● What this task involves
Take every line of the material below that includes the string "through" and copy it out.

● Data in this exercise

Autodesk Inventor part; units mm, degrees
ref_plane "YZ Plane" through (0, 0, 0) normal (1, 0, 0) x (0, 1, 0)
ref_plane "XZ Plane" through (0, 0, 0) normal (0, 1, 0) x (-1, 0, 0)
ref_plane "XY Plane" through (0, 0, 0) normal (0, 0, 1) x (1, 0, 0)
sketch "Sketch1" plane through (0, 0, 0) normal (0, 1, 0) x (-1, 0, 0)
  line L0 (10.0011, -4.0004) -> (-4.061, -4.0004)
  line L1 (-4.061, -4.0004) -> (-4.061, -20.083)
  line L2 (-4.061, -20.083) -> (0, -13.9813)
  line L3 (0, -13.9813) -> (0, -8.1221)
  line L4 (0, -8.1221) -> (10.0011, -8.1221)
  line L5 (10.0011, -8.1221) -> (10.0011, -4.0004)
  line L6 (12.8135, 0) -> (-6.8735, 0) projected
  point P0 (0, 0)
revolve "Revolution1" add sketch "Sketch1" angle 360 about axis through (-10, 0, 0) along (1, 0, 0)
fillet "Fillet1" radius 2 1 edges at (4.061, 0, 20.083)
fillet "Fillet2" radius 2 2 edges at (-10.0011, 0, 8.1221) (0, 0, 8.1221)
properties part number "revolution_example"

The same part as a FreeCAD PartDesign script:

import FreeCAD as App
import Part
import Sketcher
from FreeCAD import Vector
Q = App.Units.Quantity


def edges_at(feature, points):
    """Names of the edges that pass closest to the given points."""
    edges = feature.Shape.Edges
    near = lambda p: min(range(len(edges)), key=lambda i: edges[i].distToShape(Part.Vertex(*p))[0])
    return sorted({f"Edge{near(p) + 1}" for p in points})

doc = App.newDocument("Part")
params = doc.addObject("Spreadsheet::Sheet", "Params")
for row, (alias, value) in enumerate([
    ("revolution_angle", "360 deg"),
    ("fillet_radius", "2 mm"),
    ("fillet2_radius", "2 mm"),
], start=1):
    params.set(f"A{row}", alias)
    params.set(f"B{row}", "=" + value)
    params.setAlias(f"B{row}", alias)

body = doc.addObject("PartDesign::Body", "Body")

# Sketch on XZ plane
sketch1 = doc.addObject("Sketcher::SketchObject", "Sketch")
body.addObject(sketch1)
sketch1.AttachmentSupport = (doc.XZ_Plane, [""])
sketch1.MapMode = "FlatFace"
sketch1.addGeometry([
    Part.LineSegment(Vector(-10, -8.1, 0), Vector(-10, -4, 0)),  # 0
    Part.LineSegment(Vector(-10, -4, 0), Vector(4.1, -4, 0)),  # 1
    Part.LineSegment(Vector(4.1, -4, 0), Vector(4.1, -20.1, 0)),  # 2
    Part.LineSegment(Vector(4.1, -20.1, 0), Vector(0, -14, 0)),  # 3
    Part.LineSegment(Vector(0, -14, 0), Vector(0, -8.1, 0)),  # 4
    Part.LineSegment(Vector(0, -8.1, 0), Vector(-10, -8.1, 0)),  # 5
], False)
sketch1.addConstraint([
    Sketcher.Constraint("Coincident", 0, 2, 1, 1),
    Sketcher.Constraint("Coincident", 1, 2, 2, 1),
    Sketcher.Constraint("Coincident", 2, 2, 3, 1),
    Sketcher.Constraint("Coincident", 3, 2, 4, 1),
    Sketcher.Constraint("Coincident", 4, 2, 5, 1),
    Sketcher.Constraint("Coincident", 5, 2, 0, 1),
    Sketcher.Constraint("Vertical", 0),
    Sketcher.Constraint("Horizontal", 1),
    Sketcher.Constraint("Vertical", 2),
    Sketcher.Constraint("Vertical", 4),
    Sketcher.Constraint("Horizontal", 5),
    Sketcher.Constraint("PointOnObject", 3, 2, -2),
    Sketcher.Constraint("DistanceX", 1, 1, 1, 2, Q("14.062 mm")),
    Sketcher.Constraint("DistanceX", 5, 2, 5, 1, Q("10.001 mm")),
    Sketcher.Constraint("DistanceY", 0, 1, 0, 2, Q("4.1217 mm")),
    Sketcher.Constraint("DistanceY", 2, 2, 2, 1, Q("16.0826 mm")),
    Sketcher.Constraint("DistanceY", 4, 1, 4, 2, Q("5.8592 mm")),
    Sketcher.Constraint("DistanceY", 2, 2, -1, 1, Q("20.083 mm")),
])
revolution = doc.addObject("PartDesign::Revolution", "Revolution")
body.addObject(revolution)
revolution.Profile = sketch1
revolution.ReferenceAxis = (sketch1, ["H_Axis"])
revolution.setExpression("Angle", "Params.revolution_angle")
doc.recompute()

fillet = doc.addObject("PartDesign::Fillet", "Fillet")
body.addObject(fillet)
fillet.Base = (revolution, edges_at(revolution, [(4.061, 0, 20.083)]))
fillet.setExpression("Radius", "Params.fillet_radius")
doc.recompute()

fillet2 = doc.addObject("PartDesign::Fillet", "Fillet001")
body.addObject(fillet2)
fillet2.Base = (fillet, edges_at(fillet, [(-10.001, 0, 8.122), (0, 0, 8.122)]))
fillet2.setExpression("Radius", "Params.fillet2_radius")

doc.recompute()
---
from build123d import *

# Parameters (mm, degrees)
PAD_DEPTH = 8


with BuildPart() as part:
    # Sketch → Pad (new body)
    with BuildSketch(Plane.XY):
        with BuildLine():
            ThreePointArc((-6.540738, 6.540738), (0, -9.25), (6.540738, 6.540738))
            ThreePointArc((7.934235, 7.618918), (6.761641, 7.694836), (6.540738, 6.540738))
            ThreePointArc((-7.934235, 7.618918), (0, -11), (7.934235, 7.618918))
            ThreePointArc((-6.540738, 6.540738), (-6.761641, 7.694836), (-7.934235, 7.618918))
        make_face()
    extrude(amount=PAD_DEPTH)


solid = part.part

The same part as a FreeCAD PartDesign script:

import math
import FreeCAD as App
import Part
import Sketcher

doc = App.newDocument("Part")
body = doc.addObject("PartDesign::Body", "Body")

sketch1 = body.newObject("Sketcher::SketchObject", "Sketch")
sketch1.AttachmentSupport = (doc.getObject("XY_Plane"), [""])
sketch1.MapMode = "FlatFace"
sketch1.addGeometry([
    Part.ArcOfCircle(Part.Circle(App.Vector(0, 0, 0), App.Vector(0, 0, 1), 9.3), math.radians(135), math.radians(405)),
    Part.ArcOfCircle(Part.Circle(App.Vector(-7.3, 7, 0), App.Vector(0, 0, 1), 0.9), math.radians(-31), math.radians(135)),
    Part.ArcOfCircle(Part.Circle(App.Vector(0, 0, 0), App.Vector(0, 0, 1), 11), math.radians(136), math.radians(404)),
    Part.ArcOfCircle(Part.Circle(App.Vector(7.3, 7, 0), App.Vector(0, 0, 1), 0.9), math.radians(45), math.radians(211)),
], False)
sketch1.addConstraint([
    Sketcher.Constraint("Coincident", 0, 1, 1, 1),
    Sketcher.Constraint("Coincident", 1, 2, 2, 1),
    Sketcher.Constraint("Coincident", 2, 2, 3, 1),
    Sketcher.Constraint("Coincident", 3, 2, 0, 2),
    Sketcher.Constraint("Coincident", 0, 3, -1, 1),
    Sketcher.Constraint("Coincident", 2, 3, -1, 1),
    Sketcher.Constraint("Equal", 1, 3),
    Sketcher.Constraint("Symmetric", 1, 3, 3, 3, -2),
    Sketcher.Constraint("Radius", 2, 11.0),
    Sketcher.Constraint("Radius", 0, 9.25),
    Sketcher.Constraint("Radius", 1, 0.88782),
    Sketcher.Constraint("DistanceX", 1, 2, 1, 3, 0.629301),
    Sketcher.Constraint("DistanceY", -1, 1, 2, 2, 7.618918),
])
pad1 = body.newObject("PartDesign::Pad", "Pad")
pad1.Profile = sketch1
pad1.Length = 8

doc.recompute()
* * *
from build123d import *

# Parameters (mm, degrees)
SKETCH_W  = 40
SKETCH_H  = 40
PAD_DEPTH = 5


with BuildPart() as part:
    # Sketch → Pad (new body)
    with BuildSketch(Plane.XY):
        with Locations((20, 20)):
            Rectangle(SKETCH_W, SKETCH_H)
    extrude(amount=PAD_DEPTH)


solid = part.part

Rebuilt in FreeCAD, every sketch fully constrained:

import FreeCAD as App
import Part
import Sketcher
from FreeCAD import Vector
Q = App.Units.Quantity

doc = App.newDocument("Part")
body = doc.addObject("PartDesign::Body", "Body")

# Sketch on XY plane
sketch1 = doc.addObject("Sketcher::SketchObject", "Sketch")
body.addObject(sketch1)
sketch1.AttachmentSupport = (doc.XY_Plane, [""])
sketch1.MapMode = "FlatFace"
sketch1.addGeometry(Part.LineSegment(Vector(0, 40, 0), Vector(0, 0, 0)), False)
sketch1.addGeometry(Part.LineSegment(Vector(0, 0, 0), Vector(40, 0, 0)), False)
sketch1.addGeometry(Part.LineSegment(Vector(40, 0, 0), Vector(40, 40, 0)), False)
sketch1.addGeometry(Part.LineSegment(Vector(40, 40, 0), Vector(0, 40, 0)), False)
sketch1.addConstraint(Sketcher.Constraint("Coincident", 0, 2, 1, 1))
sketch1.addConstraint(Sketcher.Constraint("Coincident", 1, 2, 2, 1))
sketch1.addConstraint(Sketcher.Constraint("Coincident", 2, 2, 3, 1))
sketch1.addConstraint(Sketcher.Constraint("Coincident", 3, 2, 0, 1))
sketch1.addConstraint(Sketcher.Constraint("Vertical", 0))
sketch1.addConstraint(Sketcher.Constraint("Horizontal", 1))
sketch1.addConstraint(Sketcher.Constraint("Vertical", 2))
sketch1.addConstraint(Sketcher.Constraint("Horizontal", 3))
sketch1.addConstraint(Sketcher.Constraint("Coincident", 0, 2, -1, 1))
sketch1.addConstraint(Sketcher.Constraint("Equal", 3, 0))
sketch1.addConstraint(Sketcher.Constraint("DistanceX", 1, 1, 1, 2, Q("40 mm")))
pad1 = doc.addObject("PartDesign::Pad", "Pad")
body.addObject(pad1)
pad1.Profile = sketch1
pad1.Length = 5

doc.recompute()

● Solution
ref_plane "YZ Plane" through (0, 0, 0) normal (1, 0, 0) x (0, 1, 0)
ref_plane "XZ Plane" through (0, 0, 0) normal (0, 1, 0) x (-1, 0, 0)
ref_plane "XY Plane" through (0, 0, 0) normal (0, 0, 1) x (1, 0, 0)
sketch "Sketch1" plane through (0, 0, 0) normal (0, 1, 0) x (-1, 0, 0)
revolve "Revolution1" add sketch "Sketch1" angle 360 about axis through (-10, 0, 0) along (1, 0, 0)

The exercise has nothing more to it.